Published: 1995-1996 Written by: Scott Lobdell, Jeph Loeb, John Francis Moore, Mark Waid, Warren Ellis, Fabian Nicieza, Larry Hama, Howard Mackie, Terry Kavanagh Art by: Roger Cruz, Terry Dodson, Steve Epting, Andy Kubert, Adam Kubert, Carlos Pacheco, Joe Madureira, Tony Daniel, Salvador Larroca, Chris Bachalo, Ken Lashley, Steve Skroce, Ian Churchill, Joe Bennett
Marvel Comics, 1462 Pages
I’ve really only heard great things about The Age of Apocalypse storyline since it started back in 1995, an era where I wasn’t really reading comics for awhile, except for Dark Horse’s Star Wars stuff.
In fact, the last major X-Men related event that I had read before this was X-Cutioner’s Song, a pretty good epic. But shortly after that, I got pretty burnt out once the top Marvel guys went off to form Image and then those comics were constantly hindered by delays and irregular schedules.

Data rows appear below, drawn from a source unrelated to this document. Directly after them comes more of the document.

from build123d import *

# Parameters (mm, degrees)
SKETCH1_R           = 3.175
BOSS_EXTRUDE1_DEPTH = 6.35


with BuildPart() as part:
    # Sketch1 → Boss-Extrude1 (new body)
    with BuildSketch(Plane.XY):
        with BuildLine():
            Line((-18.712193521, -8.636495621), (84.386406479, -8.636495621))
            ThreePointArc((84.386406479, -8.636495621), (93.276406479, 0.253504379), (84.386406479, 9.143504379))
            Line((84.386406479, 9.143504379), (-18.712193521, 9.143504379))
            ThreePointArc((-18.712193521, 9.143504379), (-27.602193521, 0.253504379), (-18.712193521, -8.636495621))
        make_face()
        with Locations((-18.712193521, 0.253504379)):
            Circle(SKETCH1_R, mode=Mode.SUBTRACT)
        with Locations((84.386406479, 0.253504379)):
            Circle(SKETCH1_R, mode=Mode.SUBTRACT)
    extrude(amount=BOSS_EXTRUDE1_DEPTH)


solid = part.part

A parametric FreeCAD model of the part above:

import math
import FreeCAD as App
import Part
import Sketcher
Q = App.Units.Quantity

doc = App.newDocument("Part")
params = doc.addObject("Spreadsheet::Sheet", "Params")
for row, (alias, value) in enumerate([
    ("sketch1_diameter", "0.25 in"),
    ("sketch1_radius", "0.35 in"),
    ("sketch1_width", "4.059 in"),
    ("pad1_length", "0.25 in"),
], start=1):
    params.set(f"A{row}", alias)
    params.set(f"B{row}", "=" + value)
    params.setAlias(f"B{row}", alias)

body = doc.addObject("PartDesign::Body", "Body")

sketch1 = body.newObject("Sketcher::SketchObject", "Sketch")
sketch1.AttachmentSupport = (doc.getObject("XY_Plane"), [""])
sketch1.MapMode = "FlatFace"
sketch1.addGeometry([
    Part.LineSegment(App.Vector(-18.7, -8.6, 0), App.Vector(84.4, -8.6, 0)),
    Part.ArcOfCircle(Part.Circle(App.Vector(84.4, 0.3, 0), App.Vector(0, 0, 1), 8.9), math.radians(-90), math.radians(90)),
    Part.LineSegment(App.Vector(84.4, 9.1, 0), App.Vector(-18.7, 9.1, 0)),
    Part.ArcOfCircle(Part.Circle(App.Vector(-18.7, 0.3, 0), App.Vector(0, 0, 1), 8.9), math.radians(90), math.radians(270)),
    Part.Circle(App.Vector(-18.7, 0.3, 0), App.Vector(0, 0, 1), 3.2),
    Part.Circle(App.Vector(84.4, 0.3, 0), App.Vector(0, 0, 1), 3.2),
], False)
sketch1.addConstraint([
    Sketcher.Constraint("Tangent", 0, 2, 1, 1),
    Sketcher.Constraint("Tangent", 1, 2, 2, 1),
    Sketcher.Constraint("Tangent", 2, 2, 3, 1),
    Sketcher.Constraint("Tangent", 3, 2, 0, 1),
    Sketcher.Constraint("Horizontal", 0),
    Sketcher.Constraint("Horizontal", 2),
    Sketcher.Constraint("Coincident", 4, 3, 3, 3),
    Sketcher.Constraint("Coincident", 5, 3, 1, 3),
    Sketcher.Constraint("Equal", 4, 5),
    Sketcher.Constraint("Diameter", 4, Q("0.25 in")),
    Sketcher.Constraint("Radius", 1, Q("0.35 in")),
    Sketcher.Constraint("DistanceX", 0, 1, 0, 2, Q("4.059 in")),
    Sketcher.Constraint("DistanceX", -1, 1, 1, 3, 84.386406),
    Sketcher.Constraint("DistanceY", -1, 1, 1, 3, 0.253504),
])
sketch1.setExpression("Constraints[9]", "Params.sketch1_diameter")
sketch1.setExpression("Constraints[10]", "Params.sketch1_radius")
sketch1.setExpression("Constraints[11]", "Params.sketch1_width")
pad1 = body.newObject("PartDesign::Pad", "Pad")
pad1.Profile = sketch1
pad1.setExpression("Length", "Params.pad1_length")

doc.recompute()
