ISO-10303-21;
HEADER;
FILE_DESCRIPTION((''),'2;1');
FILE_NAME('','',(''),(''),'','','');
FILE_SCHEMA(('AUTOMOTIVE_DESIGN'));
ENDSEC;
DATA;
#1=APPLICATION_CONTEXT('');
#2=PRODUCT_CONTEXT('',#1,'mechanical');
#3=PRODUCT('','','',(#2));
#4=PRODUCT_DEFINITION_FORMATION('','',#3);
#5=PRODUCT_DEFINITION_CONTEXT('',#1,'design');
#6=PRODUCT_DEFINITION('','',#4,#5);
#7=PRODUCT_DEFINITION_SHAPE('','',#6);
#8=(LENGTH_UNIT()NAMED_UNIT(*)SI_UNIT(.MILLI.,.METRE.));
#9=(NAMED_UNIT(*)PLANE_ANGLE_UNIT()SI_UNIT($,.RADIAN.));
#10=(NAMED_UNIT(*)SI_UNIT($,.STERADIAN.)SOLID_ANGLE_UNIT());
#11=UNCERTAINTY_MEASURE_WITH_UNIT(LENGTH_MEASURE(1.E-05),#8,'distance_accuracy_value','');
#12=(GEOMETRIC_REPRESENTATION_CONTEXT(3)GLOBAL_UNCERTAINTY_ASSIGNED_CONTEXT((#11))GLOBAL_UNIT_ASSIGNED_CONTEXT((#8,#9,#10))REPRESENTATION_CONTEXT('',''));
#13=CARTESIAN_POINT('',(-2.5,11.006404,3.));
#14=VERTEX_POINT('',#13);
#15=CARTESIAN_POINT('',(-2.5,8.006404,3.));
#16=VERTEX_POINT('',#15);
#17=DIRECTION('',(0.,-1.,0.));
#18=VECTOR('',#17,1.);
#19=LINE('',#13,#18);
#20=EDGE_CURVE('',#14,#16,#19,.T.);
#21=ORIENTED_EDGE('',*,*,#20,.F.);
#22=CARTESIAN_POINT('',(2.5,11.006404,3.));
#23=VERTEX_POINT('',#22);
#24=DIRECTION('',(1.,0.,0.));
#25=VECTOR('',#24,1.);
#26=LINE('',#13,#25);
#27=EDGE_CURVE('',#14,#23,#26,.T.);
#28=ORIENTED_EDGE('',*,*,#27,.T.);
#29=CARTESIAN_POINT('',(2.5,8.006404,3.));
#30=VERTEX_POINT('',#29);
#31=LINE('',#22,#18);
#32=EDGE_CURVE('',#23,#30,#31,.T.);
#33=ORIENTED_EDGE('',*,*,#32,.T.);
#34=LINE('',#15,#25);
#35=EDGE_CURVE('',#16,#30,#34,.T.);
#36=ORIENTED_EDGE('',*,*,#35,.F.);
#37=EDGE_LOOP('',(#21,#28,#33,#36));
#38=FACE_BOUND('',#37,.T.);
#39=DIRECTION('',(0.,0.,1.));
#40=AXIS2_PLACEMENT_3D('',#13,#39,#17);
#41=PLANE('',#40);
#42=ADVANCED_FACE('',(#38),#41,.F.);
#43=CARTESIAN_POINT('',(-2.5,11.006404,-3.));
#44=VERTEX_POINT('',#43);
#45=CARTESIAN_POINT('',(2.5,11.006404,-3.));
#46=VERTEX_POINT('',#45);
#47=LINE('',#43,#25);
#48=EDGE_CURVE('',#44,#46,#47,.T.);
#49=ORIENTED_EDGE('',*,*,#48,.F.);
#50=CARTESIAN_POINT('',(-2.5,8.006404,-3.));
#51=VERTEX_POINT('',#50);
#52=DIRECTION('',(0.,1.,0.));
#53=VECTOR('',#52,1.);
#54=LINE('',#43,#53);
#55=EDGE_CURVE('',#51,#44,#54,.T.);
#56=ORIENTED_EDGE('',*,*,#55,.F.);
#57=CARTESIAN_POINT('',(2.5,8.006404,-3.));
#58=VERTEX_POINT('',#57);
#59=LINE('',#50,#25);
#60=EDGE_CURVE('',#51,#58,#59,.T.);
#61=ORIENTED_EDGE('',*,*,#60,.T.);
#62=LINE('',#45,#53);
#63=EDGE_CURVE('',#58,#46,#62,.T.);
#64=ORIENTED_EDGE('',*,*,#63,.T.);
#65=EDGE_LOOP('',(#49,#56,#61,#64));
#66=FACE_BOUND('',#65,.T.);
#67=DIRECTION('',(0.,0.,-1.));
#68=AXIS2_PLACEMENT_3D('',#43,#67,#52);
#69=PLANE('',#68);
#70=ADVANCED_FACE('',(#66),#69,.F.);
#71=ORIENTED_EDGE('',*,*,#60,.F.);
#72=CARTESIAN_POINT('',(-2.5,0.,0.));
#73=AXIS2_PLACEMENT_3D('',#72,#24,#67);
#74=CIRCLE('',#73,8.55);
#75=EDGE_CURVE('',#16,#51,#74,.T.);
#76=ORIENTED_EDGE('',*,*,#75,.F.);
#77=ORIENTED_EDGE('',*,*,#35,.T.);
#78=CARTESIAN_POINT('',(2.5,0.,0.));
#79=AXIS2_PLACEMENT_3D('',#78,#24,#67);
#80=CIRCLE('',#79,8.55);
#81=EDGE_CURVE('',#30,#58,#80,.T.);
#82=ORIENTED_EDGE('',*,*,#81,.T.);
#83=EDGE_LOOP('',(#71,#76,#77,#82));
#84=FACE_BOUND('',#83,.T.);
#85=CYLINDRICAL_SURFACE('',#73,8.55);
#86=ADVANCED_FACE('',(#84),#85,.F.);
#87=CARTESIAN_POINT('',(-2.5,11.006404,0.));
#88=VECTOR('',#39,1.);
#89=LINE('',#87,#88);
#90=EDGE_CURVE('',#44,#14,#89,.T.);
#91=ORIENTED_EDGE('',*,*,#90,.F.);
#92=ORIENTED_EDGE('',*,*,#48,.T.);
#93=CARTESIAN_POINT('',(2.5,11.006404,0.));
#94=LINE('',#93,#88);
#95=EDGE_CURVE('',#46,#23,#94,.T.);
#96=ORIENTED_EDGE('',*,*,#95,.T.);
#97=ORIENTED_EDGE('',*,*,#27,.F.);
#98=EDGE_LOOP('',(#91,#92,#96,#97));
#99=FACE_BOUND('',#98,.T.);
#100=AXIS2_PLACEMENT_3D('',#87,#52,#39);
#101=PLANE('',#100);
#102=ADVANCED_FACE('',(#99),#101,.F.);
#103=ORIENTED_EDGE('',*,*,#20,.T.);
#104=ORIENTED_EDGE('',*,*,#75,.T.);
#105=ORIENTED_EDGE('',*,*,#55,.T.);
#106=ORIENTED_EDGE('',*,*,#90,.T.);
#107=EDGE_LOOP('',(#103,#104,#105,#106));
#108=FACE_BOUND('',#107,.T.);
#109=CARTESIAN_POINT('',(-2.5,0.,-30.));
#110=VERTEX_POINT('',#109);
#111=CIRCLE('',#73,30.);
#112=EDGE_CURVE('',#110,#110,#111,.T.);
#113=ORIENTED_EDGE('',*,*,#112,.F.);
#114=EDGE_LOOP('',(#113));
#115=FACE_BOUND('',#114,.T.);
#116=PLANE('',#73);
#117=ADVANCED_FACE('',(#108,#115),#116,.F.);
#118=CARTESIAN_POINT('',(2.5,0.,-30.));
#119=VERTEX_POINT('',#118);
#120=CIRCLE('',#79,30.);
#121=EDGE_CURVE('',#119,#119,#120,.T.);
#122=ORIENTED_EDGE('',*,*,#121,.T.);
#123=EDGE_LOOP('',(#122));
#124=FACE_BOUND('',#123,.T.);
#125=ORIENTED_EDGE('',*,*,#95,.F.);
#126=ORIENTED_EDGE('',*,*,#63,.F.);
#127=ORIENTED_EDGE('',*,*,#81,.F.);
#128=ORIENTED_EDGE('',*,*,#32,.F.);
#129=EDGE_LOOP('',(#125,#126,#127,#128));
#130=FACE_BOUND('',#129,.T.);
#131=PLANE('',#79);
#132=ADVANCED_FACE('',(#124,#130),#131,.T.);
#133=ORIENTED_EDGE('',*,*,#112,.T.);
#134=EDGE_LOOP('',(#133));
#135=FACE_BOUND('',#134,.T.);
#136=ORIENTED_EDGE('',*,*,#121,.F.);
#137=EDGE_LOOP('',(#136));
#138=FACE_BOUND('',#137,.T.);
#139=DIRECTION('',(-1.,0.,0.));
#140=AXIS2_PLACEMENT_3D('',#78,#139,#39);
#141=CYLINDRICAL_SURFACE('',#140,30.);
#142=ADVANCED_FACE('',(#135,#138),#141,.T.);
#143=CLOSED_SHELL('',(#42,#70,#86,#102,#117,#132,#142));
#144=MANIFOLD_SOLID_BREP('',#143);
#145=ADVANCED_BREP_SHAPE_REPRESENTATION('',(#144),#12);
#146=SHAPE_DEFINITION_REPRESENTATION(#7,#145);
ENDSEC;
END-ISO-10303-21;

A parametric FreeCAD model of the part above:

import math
import FreeCAD as App
import Part
import Sketcher

V = App.Vector
Q = App.Units.Quantity

doc = App.newDocument("Part")
body = doc.addObject("PartDesign::Body", "Body")

# Sketch on YZ plane
sketch1 = doc.addObject("Sketcher::SketchObject", "Sketch")
body.addObject(sketch1)
sketch1.AttachmentSupport = (doc.YZ_Plane, [""])
sketch1.MapMode = "FlatFace"
sketch1.addGeometry(Part.Circle(V(0, 0, 0), V(0, 0, 1), 30), False)
sketch1.addConstraint([
    Sketcher.Constraint("Coincident", 0, 3, -1, 1),
    Sketcher.Constraint("Diameter", 0, Q("60 mm")),
])
pad1 = doc.addObject("PartDesign::Pad", "Pad")
body.addObject(pad1)
pad1.Profile = sketch1
pad1.Length = 5
pad1.Midplane = True

# Sketch on YZ plane
sketch2 = doc.addObject("Sketcher::SketchObject", "Sketch001")
body.addObject(sketch2)
sketch2.AttachmentSupport = (doc.YZ_Plane, [""])
sketch2.MapMode = "FlatFace"
sketch2.AttachmentOffset = App.Placement(V(0, 0, 2.5), App.Rotation())
sketch2.addGeometry([
    Part.LineSegment(V(11.006404, 3, 0), V(8.006404, 3, 0)),
    Part.ArcOfCircle(Part.Circle(V(0, 0, 0), V(0, 0, 1), 8.55), math.radians(20.540978), math.radians(339.459022)),
    Part.LineSegment(V(8.006404, -3, 0), V(11.006404, -3, 0)),
    Part.LineSegment(V(11.006404, -3, 0), V(11.006404, 3, 0)),
], False)
sketch2.addConstraint([
    Sketcher.Constraint("Coincident", 0, 2, 1, 1),
    Sketcher.Constraint("Coincident", 1, 2, 2, 1),
    Sketcher.Constraint("Coincident", 2, 2, 3, 1),
    Sketcher.Constraint("Coincident", 3, 2, 0, 1),
    Sketcher.Constraint("Horizontal", 0),
    Sketcher.Constraint("Horizontal", 2),
    Sketcher.Constraint("Vertical", 3),
    Sketcher.Constraint("Coincident", 1, 3, -1, 1),
    Sketcher.Constraint("Vertical", 0, 2, 1, 2),
    Sketcher.Constraint("DistanceX", 0, 2, 0, 1, Q("3 mm")),
    Sketcher.Constraint("DistanceY", 3, 1, 3, 2, Q("6 mm")),
    Sketcher.Constraint("Radius", 1, Q("8.55 mm")),
])
pocket1 = doc.addObject("PartDesign::Pocket", "Pocket")
body.addObject(pocket1)
pocket1.Profile = sketch2
pocket1.Type = "ThroughAll"

doc.recompute()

Based off of all the praise I heard, I always wanted to read this but it was such a massive story, spread over multiple collected volumes that I never really wanted to fork out the over $100 it would cost to buy the whole shebang. So, all these years later, I took advantage of a massive X-Men sale on Comixology and got the entire saga with its prelude for about $20.
Now that I’ve read it, I’m glad I only spent $20 because like Game of Thrones, all my friends and all the critics lied to me about how great this was. It’s not, it’s a clusterfuck of biblical proportions showcasing a lot of the things that were wrong with mid-’90s comic book art from the major publishers.
I’ll start with the art and just come out and say that this was mostly an eyesore to look at. The biggest reason was the colors, which relied so heavily on what I assume are digitally created gradients and overly vibrant colors that this was like staring into the asshole of a tropical fruit salad for hours. Everything is too busy, every single issue collected is made to be overly grandiose and if everything is larger than life and overly vivid, then that becomes the norm and thus, makes everything kind of boring.
Additionally, there is such a mix of different artistic styles that it becomes jarring as these collections jump from issue to issue every twenty pages or so. Some of the artists had great pencils but many of them illustrated in a style that didn’t feel like Marvel and instead felt like the artists were trying to emulate indie comics from Image and Valiant. Besides, the stuff that was illustrated well, ended up being wrecked by the primitive gradients and crazy colors that looked like a giallo film puked all over a box of Prismacolor markers.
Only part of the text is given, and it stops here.